ABOUT THIS EXERCISE: What is needed is an exact retyping of the records below, from the first line through the line that contains "#10=(NAMED_UNIT(*)SI_UNIT($,.STERADIAN.)SOLID_ANGLE_UNIT());".

Segment Open

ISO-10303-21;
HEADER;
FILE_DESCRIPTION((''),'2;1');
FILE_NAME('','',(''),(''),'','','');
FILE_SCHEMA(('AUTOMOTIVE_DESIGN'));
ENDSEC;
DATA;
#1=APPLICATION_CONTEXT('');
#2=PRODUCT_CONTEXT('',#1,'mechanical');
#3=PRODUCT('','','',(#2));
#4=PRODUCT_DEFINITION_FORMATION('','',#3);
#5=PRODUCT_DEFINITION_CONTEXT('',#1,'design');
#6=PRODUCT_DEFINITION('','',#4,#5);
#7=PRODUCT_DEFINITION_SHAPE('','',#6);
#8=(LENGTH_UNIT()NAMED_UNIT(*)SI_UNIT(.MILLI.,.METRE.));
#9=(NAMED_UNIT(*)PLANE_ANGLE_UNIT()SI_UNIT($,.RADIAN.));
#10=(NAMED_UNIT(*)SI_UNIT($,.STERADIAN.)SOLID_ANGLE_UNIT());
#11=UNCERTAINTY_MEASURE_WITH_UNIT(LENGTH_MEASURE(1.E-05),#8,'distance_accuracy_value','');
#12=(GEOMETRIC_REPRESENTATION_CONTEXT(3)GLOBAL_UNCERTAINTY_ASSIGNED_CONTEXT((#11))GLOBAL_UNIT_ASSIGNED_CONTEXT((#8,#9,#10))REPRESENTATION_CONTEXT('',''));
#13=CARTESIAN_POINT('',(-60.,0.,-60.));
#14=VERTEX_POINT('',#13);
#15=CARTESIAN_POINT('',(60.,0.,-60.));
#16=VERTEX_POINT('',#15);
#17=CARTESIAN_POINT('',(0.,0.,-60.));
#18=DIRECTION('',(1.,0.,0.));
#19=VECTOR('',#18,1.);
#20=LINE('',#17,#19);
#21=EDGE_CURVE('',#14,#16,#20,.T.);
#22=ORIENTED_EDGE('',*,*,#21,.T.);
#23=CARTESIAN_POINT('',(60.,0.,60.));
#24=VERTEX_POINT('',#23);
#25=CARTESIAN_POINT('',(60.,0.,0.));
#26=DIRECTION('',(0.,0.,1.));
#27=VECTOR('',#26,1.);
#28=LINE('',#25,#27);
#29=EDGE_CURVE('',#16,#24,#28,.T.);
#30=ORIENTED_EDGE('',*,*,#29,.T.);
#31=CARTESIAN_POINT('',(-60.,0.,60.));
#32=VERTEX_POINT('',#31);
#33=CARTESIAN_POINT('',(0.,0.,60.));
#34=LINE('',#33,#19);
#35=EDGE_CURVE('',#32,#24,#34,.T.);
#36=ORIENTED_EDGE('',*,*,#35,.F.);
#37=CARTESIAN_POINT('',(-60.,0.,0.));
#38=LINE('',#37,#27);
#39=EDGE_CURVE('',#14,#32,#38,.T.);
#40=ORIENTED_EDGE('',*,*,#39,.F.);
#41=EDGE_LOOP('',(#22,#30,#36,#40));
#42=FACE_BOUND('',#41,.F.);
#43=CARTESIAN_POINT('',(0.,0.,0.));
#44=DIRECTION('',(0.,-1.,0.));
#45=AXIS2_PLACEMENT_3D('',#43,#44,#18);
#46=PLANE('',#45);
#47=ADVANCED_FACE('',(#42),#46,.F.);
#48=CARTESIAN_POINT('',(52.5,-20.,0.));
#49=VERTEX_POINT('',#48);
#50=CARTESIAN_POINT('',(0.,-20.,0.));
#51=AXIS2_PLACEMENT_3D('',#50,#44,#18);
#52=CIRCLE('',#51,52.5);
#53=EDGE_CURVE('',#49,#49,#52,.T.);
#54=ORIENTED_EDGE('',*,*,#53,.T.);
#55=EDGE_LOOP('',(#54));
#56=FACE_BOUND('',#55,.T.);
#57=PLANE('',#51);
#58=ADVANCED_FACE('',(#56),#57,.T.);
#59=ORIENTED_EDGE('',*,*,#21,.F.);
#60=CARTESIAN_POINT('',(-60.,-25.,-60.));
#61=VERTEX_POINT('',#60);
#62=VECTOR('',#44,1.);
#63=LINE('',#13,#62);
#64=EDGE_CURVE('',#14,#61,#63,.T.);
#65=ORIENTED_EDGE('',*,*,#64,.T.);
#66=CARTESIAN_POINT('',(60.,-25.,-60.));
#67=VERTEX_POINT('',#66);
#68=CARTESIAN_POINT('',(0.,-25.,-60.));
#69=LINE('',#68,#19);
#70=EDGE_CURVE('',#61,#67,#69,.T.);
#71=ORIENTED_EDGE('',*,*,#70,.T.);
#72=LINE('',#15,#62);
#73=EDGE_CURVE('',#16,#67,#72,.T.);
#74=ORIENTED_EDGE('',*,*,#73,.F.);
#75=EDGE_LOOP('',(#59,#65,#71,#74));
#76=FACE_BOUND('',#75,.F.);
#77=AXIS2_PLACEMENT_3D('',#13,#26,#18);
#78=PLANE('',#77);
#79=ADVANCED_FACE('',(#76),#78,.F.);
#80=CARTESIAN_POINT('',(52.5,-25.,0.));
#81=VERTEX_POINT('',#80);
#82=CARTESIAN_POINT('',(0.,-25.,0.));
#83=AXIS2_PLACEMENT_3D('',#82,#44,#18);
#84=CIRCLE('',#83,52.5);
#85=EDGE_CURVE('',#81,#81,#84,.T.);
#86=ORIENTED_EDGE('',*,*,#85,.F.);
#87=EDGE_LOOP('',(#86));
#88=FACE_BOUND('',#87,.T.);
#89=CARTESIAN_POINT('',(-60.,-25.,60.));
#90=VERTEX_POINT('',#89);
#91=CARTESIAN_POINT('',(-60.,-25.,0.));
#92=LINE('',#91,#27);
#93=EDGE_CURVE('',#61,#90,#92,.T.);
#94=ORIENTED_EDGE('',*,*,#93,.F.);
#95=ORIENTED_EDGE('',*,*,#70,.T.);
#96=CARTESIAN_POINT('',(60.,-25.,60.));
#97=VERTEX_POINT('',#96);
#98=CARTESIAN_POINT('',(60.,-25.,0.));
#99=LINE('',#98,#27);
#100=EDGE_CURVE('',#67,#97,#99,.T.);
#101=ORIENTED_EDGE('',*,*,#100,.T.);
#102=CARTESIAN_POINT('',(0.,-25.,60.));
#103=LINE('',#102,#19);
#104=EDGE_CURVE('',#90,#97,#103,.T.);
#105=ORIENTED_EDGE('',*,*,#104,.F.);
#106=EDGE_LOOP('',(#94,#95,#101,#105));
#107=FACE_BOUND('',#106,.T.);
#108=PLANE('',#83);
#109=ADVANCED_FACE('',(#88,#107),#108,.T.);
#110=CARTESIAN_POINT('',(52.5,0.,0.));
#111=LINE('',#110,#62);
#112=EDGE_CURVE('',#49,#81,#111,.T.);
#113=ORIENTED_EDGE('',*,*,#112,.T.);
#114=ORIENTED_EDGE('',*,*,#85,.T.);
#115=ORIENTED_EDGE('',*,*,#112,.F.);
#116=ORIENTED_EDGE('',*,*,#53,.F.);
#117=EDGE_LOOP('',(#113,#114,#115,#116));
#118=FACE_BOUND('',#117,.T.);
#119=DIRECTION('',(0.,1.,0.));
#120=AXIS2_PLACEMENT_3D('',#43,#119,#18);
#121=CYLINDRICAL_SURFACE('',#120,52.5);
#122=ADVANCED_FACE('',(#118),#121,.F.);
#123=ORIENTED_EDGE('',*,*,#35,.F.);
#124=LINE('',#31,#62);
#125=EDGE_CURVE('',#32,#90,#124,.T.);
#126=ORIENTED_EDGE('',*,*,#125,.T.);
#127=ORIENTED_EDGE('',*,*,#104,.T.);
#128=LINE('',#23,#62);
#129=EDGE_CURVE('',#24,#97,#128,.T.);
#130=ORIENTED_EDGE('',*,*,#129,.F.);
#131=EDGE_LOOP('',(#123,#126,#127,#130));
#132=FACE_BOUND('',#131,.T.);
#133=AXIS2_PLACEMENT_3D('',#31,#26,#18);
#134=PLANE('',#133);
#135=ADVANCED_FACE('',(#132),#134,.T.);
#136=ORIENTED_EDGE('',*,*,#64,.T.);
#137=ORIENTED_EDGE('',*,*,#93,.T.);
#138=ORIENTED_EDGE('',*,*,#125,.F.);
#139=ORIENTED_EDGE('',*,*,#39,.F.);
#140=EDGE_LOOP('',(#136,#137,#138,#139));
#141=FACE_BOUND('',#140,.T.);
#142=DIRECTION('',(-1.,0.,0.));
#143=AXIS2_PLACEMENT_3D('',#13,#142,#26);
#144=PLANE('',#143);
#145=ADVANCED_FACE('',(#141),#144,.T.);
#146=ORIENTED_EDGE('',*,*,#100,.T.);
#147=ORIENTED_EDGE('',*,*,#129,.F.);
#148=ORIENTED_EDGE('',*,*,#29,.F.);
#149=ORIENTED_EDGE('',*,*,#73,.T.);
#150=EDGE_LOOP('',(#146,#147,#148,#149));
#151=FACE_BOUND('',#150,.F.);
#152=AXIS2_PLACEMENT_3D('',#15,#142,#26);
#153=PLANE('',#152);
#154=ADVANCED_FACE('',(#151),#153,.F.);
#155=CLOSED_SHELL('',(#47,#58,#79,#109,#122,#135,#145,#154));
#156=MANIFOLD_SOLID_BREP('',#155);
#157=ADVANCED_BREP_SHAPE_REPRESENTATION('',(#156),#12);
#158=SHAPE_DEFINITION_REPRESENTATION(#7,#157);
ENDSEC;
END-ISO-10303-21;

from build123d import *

# Parameters (mm, degrees)
F0_W     = 120
F0_H     = 120
F0_R     = 52.5
F1_DEPTH = 25
F2_DEPTH = 20


with BuildPart() as f1:
    # F0 (on Front) → F1 (new body)
    with BuildSketch(Plane.XZ):
        Rectangle(F0_W, F0_H)
        Circle(F0_R, mode=Mode.SUBTRACT)
    extrude(amount=F1_DEPTH)

    # F0 (on Front) → F2 (join)
    with BuildSketch(Plane.XZ):
        Circle(F0_R)
    extrude(amount=F2_DEPTH)


solid = f1.part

Segment Closed

OUTPUT BELOW:
ISO-10303-21;
HEADER;
FILE_DESCRIPTION((''),'2;1');
FILE_NAME('','',(''),(''),'','','');
FILE_SCHEMA(('AUTOMOTIVE_DESIGN'));
ENDSEC;
DATA;
#1=APPLICATION_CONTEXT('');
#2=PRODUCT_CONTEXT('',#1,'mechanical');
#3=PRODUCT('','','',(#2));
#4=PRODUCT_DEFINITION_FORMATION('','',#3);
#5=PRODUCT_DEFINITION_CONTEXT('',#1,'design');
#6=PRODUCT_DEFINITION('','',#4,#5);
#7=PRODUCT_DEFINITION_SHAPE('','',#6);
#8=(LENGTH_UNIT()NAMED_UNIT(*)SI_UNIT(.MILLI.,.METRE.));
#9=(NAMED_UNIT(*)PLANE_ANGLE_UNIT()SI_UNIT($,.RADIAN.));
#10=(NAMED_UNIT(*)SI_UNIT($,.STERADIAN.)SOLID_ANGLE_UNIT());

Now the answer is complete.